Bar code symbols are used throughout our economy and by the government to track goods, transactions, and people. Within logistics applications, for example, goods are frequently transported past fixed-mount bar code scanners. The scanners read symbols on the goods and report the scanned symbols to a computer system that records the transaction and initiates appropriate processes. In some applications, it is desirable to move objects past fixed mount scanners at relatively high speeds. Examples include cross docking during package shipping and mail sorting, where packages are often moved on conveyor belts.
Linear charge-coupled device (CCD) cameras have been used in some high speed scanning applications. In many of these applications, the axis of the linear CCD array is placed at a right angle to the motion of the conveyor belt. A high intensity lighting system is set up to brightly illuminate the field of view (FOV) of the CCD array. Data is intermittently or continuously read out of the CCD array as the conveyor moves objects with bar code symbols past its FOV. When data is read continuously, the motion of the conveyor acts to create a vertical scan and the system may be used to capture a two-dimensional (2D) image. In some cases, the conveyor must maintain a constant velocity past the CCD FOV for the system to properly image. One drawback of the linear CCD systems is the high intensity of the illuminators and resultant high power consumption. Maximum conveyor speed is frequently determined by the lighting intensity, the distance the lights and camera must be placed from the surface, and/or the data rate out of the CCD array.
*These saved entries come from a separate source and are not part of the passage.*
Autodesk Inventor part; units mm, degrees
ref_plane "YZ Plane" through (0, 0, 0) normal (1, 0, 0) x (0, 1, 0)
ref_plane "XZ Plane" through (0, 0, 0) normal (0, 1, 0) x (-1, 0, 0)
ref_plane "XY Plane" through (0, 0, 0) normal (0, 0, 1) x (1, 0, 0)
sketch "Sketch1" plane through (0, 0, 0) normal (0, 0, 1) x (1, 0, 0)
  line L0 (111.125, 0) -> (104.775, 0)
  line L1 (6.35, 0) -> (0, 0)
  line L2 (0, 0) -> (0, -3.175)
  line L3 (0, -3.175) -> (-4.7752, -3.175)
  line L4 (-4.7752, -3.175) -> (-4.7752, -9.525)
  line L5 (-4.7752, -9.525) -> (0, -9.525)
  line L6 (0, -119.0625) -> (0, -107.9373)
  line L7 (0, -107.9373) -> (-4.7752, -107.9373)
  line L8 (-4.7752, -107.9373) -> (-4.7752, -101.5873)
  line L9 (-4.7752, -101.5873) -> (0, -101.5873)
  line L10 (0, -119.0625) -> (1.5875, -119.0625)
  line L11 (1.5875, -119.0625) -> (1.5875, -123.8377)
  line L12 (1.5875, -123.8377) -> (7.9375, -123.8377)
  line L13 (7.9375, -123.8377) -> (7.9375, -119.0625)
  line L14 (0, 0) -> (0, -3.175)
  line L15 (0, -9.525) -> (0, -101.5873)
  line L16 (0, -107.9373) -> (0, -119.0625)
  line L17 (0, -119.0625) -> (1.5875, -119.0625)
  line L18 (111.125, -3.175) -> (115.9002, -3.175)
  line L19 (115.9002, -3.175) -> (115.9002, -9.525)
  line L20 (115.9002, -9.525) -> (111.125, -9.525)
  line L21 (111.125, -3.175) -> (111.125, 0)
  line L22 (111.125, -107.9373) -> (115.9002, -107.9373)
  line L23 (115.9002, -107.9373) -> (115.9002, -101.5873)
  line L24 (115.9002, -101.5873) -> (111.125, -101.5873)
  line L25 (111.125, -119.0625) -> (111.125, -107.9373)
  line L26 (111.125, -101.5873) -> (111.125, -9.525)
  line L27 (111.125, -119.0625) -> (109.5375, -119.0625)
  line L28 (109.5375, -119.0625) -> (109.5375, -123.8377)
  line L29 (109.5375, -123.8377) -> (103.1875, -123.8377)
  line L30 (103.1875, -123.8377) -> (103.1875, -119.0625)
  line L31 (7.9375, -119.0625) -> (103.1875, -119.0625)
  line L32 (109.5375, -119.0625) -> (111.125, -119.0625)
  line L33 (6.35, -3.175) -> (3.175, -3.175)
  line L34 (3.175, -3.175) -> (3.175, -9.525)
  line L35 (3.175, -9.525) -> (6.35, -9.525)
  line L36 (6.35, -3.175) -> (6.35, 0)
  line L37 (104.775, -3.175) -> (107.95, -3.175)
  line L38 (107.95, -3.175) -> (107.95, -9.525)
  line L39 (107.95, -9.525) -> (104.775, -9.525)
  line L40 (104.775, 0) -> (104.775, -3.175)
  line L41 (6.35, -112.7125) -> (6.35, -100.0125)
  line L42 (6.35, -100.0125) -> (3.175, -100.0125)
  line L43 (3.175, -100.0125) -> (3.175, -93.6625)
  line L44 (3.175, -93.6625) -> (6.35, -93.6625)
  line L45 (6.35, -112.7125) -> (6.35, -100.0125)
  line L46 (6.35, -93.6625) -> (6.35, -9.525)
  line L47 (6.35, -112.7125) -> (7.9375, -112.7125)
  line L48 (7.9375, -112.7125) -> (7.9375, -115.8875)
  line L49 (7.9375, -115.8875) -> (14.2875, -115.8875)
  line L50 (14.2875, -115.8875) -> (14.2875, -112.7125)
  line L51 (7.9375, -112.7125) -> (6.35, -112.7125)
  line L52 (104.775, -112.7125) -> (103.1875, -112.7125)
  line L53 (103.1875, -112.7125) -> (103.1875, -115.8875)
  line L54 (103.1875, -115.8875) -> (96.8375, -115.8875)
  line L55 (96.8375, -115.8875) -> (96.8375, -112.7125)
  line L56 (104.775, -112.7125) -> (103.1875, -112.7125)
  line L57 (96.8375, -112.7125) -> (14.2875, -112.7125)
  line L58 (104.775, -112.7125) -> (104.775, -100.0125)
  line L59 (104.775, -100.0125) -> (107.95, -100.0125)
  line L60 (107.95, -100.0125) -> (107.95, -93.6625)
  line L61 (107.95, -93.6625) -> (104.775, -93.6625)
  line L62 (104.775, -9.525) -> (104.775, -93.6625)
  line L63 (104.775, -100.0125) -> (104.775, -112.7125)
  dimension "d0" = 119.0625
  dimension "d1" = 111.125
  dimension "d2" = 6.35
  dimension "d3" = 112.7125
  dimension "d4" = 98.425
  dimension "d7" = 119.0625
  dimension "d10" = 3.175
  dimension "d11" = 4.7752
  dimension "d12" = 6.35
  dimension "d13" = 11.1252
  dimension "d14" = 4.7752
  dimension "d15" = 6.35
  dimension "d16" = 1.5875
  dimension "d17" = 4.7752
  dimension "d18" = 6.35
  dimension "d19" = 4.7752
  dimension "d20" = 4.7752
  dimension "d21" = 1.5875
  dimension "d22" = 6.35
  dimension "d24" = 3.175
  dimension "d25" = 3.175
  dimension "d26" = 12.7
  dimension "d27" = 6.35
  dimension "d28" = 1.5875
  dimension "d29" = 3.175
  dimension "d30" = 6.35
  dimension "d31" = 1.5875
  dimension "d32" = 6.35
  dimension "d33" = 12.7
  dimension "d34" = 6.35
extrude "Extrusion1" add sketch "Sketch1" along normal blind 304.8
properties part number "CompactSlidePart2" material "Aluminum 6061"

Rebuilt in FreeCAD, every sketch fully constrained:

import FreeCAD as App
import Part
import Sketcher
from FreeCAD import Vector
Q = App.Units.Quantity


def add_polygon(sketch, points):
    """Adds a closed chain of lines whose ends are joined by coincident constraints."""
    first, n = sketch.GeometryCount, len(points)
    for a, b in zip(points, points[1:] + points[:1]):
        sketch.addGeometry(Part.LineSegment(App.Vector(*a, 0), App.Vector(*b, 0)), False)
    for i in range(n):
        sketch.addConstraint(Sketcher.Constraint("Coincident", first + i, 2, first + (i + 1) % n, 1))

doc = App.newDocument("Part")
body = doc.addObject("PartDesign::Body", "Body")

# Sketch on XY plane
sketch1 = body.newObject("Sketcher::SketchObject", "Sketch")
sketch1.AttachmentSupport = (doc.getObject("XY_Plane"), [""])
sketch1.MapMode = "FlatFace"
add_polygon(sketch1, [(111.1, -3.2), (111.1, 0), (104.8, 0), (104.8, -3.2), (108, -3.2), (108, -9.5), (104.8, -9.5), (104.8, -93.7), (108, -93.7), (108, -100), (104.8, -100), (104.8, -112.7), (103.2, -112.7), (103.2, -115.9), (96.8, -115.9), (96.8, -112.7), (14.3, -112.7), (14.3, -115.9), (7.9, -115.9), (7.9, -112.7), (6.3, -112.7), (6.3, -100), (3.2, -100), (3.2, -93.7), (6.3, -93.7), (6.3, -9.5), (3.2, -9.5), (3.2, -3.2), (6.3, -3.2), (6.3, 0), (0, 0), (0, -3.2), (-4.8, -3.2), (-4.8, -9.5), (0, -9.5), (0, -101.6), (-4.8, -101.6), (-4.8, -107.9), (0, -107.9), (0, -119.1), (1.6, -119.1), (1.6, -123.8), (7.9, -123.8), (7.9, -119.1), (103.2, -119.1), (103.2, -123.8), (109.5, -123.8), (109.5, -119.1), (111.1, -119.1), (111.1, -107.9), (115.9, -107.9), (115.9, -101.6), (111.1, -101.6), (111.1, -9.5), (115.9, -9.5), (115.9, -3.2)])  # lines 0-55
sketch1.addConstraint([
    Sketcher.Constraint("Vertical", 0),
    Sketcher.Constraint("Horizontal", 1),
    Sketcher.Constraint("Vertical", 2),
    Sketcher.Constraint("Horizontal", 3),
    Sketcher.Constraint("Vertical", 4),
    Sketcher.Constraint("Horizontal", 5),
    Sketcher.Constraint("Vertical", 6),
    Sketcher.Constraint("Horizontal", 7),
    Sketcher.Constraint("Vertical", 8),
    Sketcher.Constraint("Horizontal", 9),
    Sketcher.Constraint("Vertical", 10),
    Sketcher.Constraint("Horizontal", 11),
    Sketcher.Constraint("Vertical", 12),
    Sketcher.Constraint("Horizontal", 13),
    Sketcher.Constraint("Vertical", 14),
    Sketcher.Constraint("Horizontal", 15),
    Sketcher.Constraint("Vertical", 16),
    Sketcher.Constraint("Horizontal", 17),
    Sketcher.Constraint("Vertical", 18),
    Sketcher.Constraint("Horizontal", 19),
    Sketcher.Constraint("Vertical", 20),
    Sketcher.Constraint("Horizontal", 21),
    Sketcher.Constraint("Vertical", 22),
    Sketcher.Constraint("Horizontal", 23),
    Sketcher.Constraint("Vertical", 24),
    Sketcher.Constraint("Horizontal", 25),
    Sketcher.Constraint("Vertical", 26),
    Sketcher.Constraint("Horizontal", 27),
    Sketcher.Constraint("Vertical", 28),
    Sketcher.Constraint("Horizontal", 29),
    Sketcher.Constraint("Vertical", 30),
    Sketcher.Constraint("Horizontal", 31),
    Sketcher.Constraint("Vertical", 32),
    Sketcher.Constraint("Horizontal", 33),
    Sketcher.Constraint("Vertical", 34),
    Sketcher.Constraint("Horizontal", 35),
    Sketcher.Constraint("Vertical", 36),
    Sketcher.Constraint("Horizontal", 37),
    Sketcher.Constraint("Vertical", 38),
    Sketcher.Constraint("Horizontal", 39),
    Sketcher.Constraint("Vertical", 40),
    Sketcher.Constraint("Horizontal", 41),
    Sketcher.Constraint("Vertical", 42),
    Sketcher.Constraint("Horizontal", 43),
    Sketcher.Constraint("Vertical", 44),
    Sketcher.Constraint("Horizontal", 45),
    Sketcher.Constraint("Vertical", 46),
    Sketcher.Constraint("Horizontal", 47),
    Sketcher.Constraint("Vertical", 48),
    Sketcher.Constraint("Horizontal", 49),
    Sketcher.Constraint("Vertical", 50),
    Sketcher.Constraint("Horizontal", 51),
    Sketcher.Constraint("Vertical", 52),
    Sketcher.Constraint("Horizontal", 53),
    Sketcher.Constraint("Vertical", 54),
    Sketcher.Constraint("Horizontal", 55),
    Sketcher.Constraint("Coincident", 29, 2, -1, 1),
    Sketcher.Constraint("PointOnObject", 0, 2, -1),
    Sketcher.Constraint("PointOnObject", 33, 2, -2),
    Sketcher.Constraint("PointOnObject", 37, 2, -2),
    Sketcher.Constraint("Horizontal", 11, 2, 14, 2),
    Sketcher.Constraint("Horizontal", 13, 2, 16, 2),
    Sketcher.Constraint("Horizontal", 15, 2, 18, 2),
    Sketcher.Constraint("Horizontal", 9, 2, 20, 2),
    Sketcher.Constraint("Horizontal", 7, 2, 22, 2),
    Sketcher.Constraint("Horizontal", 5, 2, 24, 2),
    Sketcher.Constraint("Horizontal", 3, 2, 26, 2),
    Sketcher.Constraint("Horizontal", 27, 2, 30, 2),
    Sketcher.Constraint("Horizontal", 25, 2, 32, 2),
    Sketcher.Constraint("Horizontal", 39, 2, 42, 2),
    Sketcher.Constraint("Horizontal", 41, 2, 44, 2),
    Sketcher.Constraint("Horizontal", 43, 2, 46, 2),
    Sketcher.Constraint("Horizontal", 37, 2, 48, 2),
    Sketcher.Constraint("Horizontal", 35, 2, 50, 2),
    Sketcher.Constraint("Horizontal", 33, 2, 52, 2),
    Sketcher.Constraint("Horizontal", 31, 2, 54, 2),
    Sketcher.Constraint("Vertical", 2, 2, 5, 2),
    Sketcher.Constraint("Vertical", 4, 2, 7, 2),
    Sketcher.Constraint("Vertical", 6, 2, 9, 2),
    Sketcher.Constraint("Vertical", 20, 2, 23, 2),
    Sketcher.Constraint("Vertical", 22, 2, 25, 2),
    Sketcher.Constraint("Vertical", 24, 2, 27, 2),
    Sketcher.Constraint("Vertical", 32, 2, 35, 2),
    Sketcher.Constraint("Vertical", 18, 2, 41, 2),
    Sketcher.Constraint("Vertical", 12, 2, 43, 2),
    Sketcher.Constraint("Vertical", 0, 2, 47, 2),
    Sketcher.Constraint("Vertical", 48, 2, 51, 2),
    Sketcher.Constraint("Vertical", 50, 2, 53, 2),
    Sketcher.Constraint("Equal", 1, 13),
    Sketcher.Constraint("Equal", 13, 17),
    Sketcher.Constraint("Equal", 11, 19),
    Sketcher.Constraint("Equal", 9, 21),
    Sketcher.Constraint("Equal", 17, 29),
    Sketcher.Constraint("Equal", 19, 39),
    Sketcher.Constraint("Equal", 41, 45),
    Sketcher.Constraint("Equal", 37, 49),
    Sketcher.Constraint("Equal", 27, 0),
    Sketcher.Constraint("Equal", 45, 4),
    Sketcher.Constraint("Equal", 4, 8),
    Sketcher.Constraint("Equal", 2, 12),
    Sketcher.Constraint("Equal", 32, 36),
    Sketcher.Constraint("Equal", 55, 40),
    Sketcher.Constraint("DistanceY", 10, 2, 10, 1, Q("0.5 in")),
    Sketcher.Constraint("DistanceX", 1, 2, 1, 1, Q("0.25 in")),
    Sketcher.Constraint("DistanceX", 3, 1, 3, 2, Q("0.125 in")),
    Sketcher.Constraint("DistanceX", 11, 2, 11, 1, Q("0.0625 in")),
    Sketcher.Constraint("DistanceX", 31, 2, 31, 1, Q("0.188 in")),
    Sketcher.Constraint("DistanceY", 38, 2, 38, 1, Q("0.438 in")),
    Sketcher.Constraint("DistanceY", 38, 2, 19, 2, Q("0.25 in")),
    Sketcher.Constraint("DistanceX", -1, 1, 0, 2, Q("4.375 in")),
    Sketcher.Constraint("DistanceY", 10, 2, -1, 1, Q("4.4375 in")),
])
pad1 = body.newObject("PartDesign::Pad", "Pad")
pad1.Profile = sketch1
pad1.Length = Q("12 in")

doc.recompute()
Scanned beam systems in the form of conventional linear (1D) bar code scanners have been in use since the early 1970s as fixed mount devices such as those used in grocery stores. By the early 1980s, scanned beam systems had been adapted to hand held form as several bar code companies introduced helium-neon laser based hand held scanners. Most commonly called laser scanners, such systems scan a laser beam over a surface and measure the light reflected from the beam. The pattern of received light is called a scan reflectance profile and may be processed to decode bar code symbols through which the beam is scanned.
Laser scanners are generally regarded to have several advantages over CCD scanners. Because the laser beam provides its own illumination, a separate, power consuming bank of lights is not required. Collimation of the beam results in a power loss proportional to the inverse square of the distance to the surface rather than proportional to the inverse fourth power as in flood-illuminated cameras. Collimation can also result in greater depth of field (DOF) than CCD systems that must operate with large apertures to maximize light gathering efficiency. Finally, since laser scanners provide intrinsic illumination, alignment of the illuminator FOV with an illuminator FOV is not a problem, allowing for faster installation and greater system mobility.
While laser scanners have been used extensively in low speed fixed-mount environments, they have not heretofore proved successful in high speed imaging applications such as the high speed conveyor applications described above. Due in part to lack of beam position feedback, they have also frequently suffered from scan rates insufficient to capture all lines in a FOV.
With respect to hand held applications, lasers have often proved superior to focal plane sensor-based technologies such as charge-coupled device (CCD) and complementary metal oxide semiconductor (CMOS) sensor arrays, particularly with respect to aiming, depth-of-field, motion blur immunity, and low peak power consumption. Unfortunately, lasers have not been widely adapted to image capture applications such as reading (2D) matrix symbols, signature capture, etc. Instead, they have been relegated to reading only linear or 2D stacked bar code symbols. This again is due in part to lack of beam position information, and scan rates to slow to capture all pixels in a FOV.